Stored items
☆ ☆ ☆ ☆

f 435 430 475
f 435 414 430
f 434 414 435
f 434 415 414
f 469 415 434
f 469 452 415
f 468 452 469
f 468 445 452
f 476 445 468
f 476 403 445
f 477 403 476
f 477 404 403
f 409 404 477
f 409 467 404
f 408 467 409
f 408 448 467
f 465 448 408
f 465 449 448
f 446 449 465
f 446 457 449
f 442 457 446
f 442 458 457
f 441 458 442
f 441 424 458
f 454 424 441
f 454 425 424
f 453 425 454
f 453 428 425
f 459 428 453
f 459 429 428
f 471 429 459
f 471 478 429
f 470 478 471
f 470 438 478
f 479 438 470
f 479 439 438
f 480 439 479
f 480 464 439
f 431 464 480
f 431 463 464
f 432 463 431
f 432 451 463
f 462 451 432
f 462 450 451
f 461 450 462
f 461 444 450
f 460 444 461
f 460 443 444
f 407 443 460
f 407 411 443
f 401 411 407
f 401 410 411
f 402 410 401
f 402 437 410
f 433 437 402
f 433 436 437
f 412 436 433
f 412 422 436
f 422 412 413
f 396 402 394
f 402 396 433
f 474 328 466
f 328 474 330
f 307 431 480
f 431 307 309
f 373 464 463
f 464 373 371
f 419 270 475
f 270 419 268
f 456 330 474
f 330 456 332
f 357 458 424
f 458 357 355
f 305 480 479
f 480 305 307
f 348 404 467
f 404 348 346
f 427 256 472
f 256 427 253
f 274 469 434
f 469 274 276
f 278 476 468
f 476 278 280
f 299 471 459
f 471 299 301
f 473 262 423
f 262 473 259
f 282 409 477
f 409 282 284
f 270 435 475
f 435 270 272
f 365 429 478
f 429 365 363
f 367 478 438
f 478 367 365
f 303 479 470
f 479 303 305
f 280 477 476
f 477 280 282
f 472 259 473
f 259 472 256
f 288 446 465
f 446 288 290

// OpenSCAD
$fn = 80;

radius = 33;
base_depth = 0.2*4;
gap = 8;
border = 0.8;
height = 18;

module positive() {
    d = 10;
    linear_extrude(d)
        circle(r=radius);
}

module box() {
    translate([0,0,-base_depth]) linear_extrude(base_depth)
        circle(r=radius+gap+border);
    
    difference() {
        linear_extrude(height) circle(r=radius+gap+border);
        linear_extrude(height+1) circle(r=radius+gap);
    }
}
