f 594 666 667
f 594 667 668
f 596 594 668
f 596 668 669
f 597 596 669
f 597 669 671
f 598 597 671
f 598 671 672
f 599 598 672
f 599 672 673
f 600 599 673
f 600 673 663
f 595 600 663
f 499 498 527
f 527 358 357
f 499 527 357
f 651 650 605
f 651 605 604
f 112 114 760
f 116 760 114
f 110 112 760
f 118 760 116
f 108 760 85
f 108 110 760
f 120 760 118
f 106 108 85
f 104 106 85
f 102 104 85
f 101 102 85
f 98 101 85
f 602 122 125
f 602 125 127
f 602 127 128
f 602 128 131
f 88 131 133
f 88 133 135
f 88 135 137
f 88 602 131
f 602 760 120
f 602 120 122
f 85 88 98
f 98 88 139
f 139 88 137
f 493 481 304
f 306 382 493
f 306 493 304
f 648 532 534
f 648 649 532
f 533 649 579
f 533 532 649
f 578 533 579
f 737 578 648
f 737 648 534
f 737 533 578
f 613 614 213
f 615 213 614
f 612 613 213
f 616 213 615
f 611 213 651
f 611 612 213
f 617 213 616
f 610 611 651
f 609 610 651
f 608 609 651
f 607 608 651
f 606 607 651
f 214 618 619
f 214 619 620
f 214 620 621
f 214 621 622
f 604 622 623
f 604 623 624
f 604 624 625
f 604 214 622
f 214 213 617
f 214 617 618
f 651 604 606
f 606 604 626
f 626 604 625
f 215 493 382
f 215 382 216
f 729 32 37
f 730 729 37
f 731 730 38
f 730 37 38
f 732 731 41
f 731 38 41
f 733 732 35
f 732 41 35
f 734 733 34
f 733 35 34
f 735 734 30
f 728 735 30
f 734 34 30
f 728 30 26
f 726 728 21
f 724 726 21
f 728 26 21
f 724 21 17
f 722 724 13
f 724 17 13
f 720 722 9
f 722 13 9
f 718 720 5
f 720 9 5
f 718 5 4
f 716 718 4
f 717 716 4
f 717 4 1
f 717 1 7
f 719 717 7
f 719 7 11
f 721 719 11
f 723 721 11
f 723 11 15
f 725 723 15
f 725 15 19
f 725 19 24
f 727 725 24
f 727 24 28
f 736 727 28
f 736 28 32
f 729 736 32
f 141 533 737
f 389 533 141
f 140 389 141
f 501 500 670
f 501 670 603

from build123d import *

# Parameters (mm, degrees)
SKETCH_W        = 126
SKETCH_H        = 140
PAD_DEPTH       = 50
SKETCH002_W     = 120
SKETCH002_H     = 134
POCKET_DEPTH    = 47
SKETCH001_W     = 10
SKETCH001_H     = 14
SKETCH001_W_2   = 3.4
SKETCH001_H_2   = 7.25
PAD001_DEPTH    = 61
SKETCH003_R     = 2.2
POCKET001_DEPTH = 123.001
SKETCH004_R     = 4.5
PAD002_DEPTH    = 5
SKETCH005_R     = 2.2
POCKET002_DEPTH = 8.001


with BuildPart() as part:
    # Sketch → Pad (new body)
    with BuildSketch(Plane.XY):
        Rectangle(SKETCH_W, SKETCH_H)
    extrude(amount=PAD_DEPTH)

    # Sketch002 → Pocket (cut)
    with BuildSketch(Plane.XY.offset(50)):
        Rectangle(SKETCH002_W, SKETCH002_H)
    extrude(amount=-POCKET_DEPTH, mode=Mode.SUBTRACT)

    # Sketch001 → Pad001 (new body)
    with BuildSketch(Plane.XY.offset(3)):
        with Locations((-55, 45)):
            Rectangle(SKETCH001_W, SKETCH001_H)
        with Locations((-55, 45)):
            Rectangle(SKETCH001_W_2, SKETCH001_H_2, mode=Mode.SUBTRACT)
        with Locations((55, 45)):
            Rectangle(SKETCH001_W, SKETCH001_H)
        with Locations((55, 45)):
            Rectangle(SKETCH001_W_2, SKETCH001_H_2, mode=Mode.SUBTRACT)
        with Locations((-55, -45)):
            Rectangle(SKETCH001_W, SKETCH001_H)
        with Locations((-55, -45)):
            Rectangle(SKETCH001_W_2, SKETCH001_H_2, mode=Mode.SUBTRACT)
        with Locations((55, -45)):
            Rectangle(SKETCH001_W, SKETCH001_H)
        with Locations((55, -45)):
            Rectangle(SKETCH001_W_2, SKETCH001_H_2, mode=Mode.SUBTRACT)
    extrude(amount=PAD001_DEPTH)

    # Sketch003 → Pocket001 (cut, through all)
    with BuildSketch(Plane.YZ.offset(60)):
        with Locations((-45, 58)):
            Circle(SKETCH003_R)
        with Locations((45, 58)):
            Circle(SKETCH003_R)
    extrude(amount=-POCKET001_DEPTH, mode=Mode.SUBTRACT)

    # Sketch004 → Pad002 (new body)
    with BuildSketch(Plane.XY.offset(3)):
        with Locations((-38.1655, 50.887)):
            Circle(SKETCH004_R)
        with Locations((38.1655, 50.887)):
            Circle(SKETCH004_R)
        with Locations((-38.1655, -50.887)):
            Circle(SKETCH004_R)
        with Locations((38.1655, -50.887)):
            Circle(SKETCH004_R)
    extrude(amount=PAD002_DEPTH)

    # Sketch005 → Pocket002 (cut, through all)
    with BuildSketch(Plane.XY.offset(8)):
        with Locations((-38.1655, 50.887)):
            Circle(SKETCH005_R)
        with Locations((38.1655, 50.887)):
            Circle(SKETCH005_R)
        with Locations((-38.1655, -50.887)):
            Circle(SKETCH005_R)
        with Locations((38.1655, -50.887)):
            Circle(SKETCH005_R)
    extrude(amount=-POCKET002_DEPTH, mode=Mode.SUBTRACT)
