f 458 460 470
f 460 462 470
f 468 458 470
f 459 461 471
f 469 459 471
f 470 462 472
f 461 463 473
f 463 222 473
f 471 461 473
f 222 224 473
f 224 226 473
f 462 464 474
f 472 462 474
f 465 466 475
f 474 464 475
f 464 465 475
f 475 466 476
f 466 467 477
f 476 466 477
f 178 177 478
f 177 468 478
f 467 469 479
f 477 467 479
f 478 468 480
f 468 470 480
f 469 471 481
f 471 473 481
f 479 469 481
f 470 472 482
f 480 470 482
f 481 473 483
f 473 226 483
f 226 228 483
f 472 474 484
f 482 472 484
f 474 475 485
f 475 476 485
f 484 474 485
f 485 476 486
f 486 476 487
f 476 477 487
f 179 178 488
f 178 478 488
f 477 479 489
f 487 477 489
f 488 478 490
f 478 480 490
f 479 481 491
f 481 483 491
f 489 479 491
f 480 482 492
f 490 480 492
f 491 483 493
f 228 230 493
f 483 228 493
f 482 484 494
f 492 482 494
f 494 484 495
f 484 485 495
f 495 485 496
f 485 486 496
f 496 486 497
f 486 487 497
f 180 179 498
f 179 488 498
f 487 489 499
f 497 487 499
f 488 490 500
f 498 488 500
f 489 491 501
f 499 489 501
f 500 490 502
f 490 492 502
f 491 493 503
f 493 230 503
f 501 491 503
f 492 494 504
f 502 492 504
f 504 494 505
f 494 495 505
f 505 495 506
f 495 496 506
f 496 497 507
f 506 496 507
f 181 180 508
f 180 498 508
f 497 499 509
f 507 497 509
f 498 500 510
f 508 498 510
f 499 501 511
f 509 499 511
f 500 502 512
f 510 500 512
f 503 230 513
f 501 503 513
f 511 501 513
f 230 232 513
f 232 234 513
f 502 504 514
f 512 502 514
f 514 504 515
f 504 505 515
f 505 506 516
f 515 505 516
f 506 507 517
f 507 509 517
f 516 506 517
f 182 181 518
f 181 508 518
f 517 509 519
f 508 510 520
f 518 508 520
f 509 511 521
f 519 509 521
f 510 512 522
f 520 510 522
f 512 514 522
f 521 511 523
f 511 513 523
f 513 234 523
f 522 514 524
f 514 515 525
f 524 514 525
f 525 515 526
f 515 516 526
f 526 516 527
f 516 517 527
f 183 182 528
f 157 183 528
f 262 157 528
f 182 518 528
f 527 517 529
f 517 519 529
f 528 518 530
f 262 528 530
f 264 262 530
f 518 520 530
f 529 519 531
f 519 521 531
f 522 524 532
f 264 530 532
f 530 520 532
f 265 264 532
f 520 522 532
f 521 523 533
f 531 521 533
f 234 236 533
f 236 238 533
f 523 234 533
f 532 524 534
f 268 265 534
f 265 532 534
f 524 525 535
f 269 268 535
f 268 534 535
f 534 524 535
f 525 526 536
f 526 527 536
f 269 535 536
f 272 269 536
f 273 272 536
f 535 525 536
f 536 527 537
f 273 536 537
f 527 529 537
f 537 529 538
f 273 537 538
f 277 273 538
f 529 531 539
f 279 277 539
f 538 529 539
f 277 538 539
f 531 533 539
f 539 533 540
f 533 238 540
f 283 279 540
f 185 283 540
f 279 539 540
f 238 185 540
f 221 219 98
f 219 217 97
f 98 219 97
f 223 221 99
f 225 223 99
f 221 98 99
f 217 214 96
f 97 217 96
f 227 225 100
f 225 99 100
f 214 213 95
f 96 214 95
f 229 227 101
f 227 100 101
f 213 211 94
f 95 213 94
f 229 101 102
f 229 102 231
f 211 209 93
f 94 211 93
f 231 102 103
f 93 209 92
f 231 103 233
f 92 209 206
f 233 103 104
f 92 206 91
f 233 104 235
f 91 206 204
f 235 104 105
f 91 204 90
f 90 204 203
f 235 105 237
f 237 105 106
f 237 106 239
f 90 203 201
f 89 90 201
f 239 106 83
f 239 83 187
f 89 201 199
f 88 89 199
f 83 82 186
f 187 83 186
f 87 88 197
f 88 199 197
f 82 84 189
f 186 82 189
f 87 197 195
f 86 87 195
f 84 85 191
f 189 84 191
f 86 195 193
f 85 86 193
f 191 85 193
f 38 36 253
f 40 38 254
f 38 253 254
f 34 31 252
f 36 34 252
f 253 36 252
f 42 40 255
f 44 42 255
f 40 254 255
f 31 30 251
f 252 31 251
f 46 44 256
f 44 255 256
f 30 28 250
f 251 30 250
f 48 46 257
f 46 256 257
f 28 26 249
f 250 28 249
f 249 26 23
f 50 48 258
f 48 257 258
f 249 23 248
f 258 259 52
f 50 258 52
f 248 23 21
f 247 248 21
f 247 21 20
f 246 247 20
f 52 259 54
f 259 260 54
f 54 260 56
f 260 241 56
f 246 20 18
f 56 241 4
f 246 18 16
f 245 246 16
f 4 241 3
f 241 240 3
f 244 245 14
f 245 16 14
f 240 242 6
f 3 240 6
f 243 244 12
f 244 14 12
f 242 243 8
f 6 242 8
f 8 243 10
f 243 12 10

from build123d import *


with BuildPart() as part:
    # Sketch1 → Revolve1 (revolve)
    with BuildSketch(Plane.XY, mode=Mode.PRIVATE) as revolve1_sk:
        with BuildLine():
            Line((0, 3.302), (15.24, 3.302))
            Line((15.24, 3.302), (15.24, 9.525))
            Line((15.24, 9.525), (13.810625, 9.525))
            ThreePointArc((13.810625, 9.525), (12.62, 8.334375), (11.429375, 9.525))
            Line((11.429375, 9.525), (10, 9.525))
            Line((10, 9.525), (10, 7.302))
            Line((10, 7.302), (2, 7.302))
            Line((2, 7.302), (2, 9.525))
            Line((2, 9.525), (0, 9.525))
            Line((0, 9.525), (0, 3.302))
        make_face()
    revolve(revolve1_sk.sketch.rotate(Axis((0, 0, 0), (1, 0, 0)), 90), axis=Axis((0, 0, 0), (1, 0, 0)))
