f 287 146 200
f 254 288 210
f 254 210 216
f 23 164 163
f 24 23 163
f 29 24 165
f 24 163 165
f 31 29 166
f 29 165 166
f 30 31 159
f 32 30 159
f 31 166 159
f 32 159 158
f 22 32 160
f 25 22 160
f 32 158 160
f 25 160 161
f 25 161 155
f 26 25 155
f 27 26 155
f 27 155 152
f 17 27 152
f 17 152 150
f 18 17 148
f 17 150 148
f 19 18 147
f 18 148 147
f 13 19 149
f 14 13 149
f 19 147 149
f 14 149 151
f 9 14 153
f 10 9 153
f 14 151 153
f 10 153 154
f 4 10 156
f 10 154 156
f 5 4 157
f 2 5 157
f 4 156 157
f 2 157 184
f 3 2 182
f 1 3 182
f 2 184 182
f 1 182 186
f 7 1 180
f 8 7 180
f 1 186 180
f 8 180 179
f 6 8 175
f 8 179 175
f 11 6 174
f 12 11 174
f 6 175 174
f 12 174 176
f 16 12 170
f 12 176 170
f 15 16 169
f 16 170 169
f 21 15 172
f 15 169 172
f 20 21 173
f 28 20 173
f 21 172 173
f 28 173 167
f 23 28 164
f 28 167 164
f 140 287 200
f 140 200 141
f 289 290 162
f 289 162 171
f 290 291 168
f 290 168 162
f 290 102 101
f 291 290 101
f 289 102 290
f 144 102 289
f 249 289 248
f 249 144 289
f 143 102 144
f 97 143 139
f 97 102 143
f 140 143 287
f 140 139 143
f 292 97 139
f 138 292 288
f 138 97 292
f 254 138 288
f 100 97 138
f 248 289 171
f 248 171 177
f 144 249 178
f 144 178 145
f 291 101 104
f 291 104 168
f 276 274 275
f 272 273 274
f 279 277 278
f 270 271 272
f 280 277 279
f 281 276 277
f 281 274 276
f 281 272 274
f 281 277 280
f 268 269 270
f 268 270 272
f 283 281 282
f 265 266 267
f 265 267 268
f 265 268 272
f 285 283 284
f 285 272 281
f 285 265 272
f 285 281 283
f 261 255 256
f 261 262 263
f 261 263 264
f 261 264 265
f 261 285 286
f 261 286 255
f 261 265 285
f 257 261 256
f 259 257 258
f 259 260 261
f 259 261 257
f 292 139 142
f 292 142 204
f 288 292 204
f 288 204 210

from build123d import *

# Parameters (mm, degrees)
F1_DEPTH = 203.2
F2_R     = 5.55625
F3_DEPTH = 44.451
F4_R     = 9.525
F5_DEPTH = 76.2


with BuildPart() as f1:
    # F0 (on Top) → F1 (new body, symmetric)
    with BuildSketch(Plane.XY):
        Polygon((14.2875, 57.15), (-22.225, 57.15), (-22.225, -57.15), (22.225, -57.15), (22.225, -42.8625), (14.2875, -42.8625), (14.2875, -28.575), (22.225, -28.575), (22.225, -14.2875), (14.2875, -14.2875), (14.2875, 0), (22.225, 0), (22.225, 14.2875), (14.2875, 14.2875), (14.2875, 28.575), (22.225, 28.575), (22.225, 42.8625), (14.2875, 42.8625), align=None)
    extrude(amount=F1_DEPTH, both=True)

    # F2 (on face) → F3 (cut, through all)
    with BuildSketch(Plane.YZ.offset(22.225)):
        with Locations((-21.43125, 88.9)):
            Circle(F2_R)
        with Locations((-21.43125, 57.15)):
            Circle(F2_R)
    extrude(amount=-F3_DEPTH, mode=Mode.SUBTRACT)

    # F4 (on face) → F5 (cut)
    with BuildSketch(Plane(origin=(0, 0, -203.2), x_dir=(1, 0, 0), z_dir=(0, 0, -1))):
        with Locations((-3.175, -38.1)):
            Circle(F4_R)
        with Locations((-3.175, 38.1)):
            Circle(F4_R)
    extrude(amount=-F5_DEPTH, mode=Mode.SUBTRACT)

☆ ☆ ☆ ☆

Activity
Above are the records; repeat exactly the lines from the one holding "f 491 493 503" down to the one holding "f 538 529 539", end lines included.

Answer to this problem
f 491 493 503
f 493 230 503
f 501 491 503
f 492 494 504
f 502 492 504
f 504 494 505
f 494 495 505
f 505 495 506
f 495 496 506
f 496 497 507
f 506 496 507
f 181 180 508
f 180 498 508
f 497 499 509
f 507 497 509
f 498 500 510
f 508 498 510
f 499 501 511
f 509 499 511
f 500 502 512
f 510 500 512
f 503 230 513
f 501 503 513
f 511 501 513
f 230 232 513
f 232 234 513
f 502 504 514
f 512 502 514
f 514 504 515
f 504 505 515
f 505 506 516
f 515 505 516
f 506 507 517
f 507 509 517
f 516 506 517
f 182 181 518
f 181 508 518
f 517 509 519
f 508 510 520
f 518 508 520
f 509 511 521
f 519 509 521
f 510 512 522
f 520 510 522
f 512 514 522
f 521 511 523
f 511 513 523
f 513 234 523
f 522 514 524
f 514 515 525
f 524 514 525
f 525 515 526
f 515 516 526
f 526 516 527
f 516 517 527
f 183 182 528
f 157 183 528
f 262 157 528
f 182 518 528
f 527 517 529
f 517 519 529
f 528 518 530
f 262 528 530
f 264 262 530
f 518 520 530
f 529 519 531
f 519 521 531
f 522 524 532
f 264 530 532
f 530 520 532
f 265 264 532
f 520 522 532
f 521 523 533
f 531 521 533
f 234 236 533
f 236 238 533
f 523 234 533
f 532 524 534
f 268 265 534
f 265 532 534
f 524 525 535
f 269 268 535
f 268 534 535
f 534 524 535
f 525 526 536
f 526 527 536
f 269 535 536
f 272 269 536
f 273 272 536
f 535 525 536
f 536 527 537
f 273 536 537
f 527 529 537
f 537 529 538
f 273 537 538
f 277 273 538
f 529 531 539
f 279 277 539
f 538 529 539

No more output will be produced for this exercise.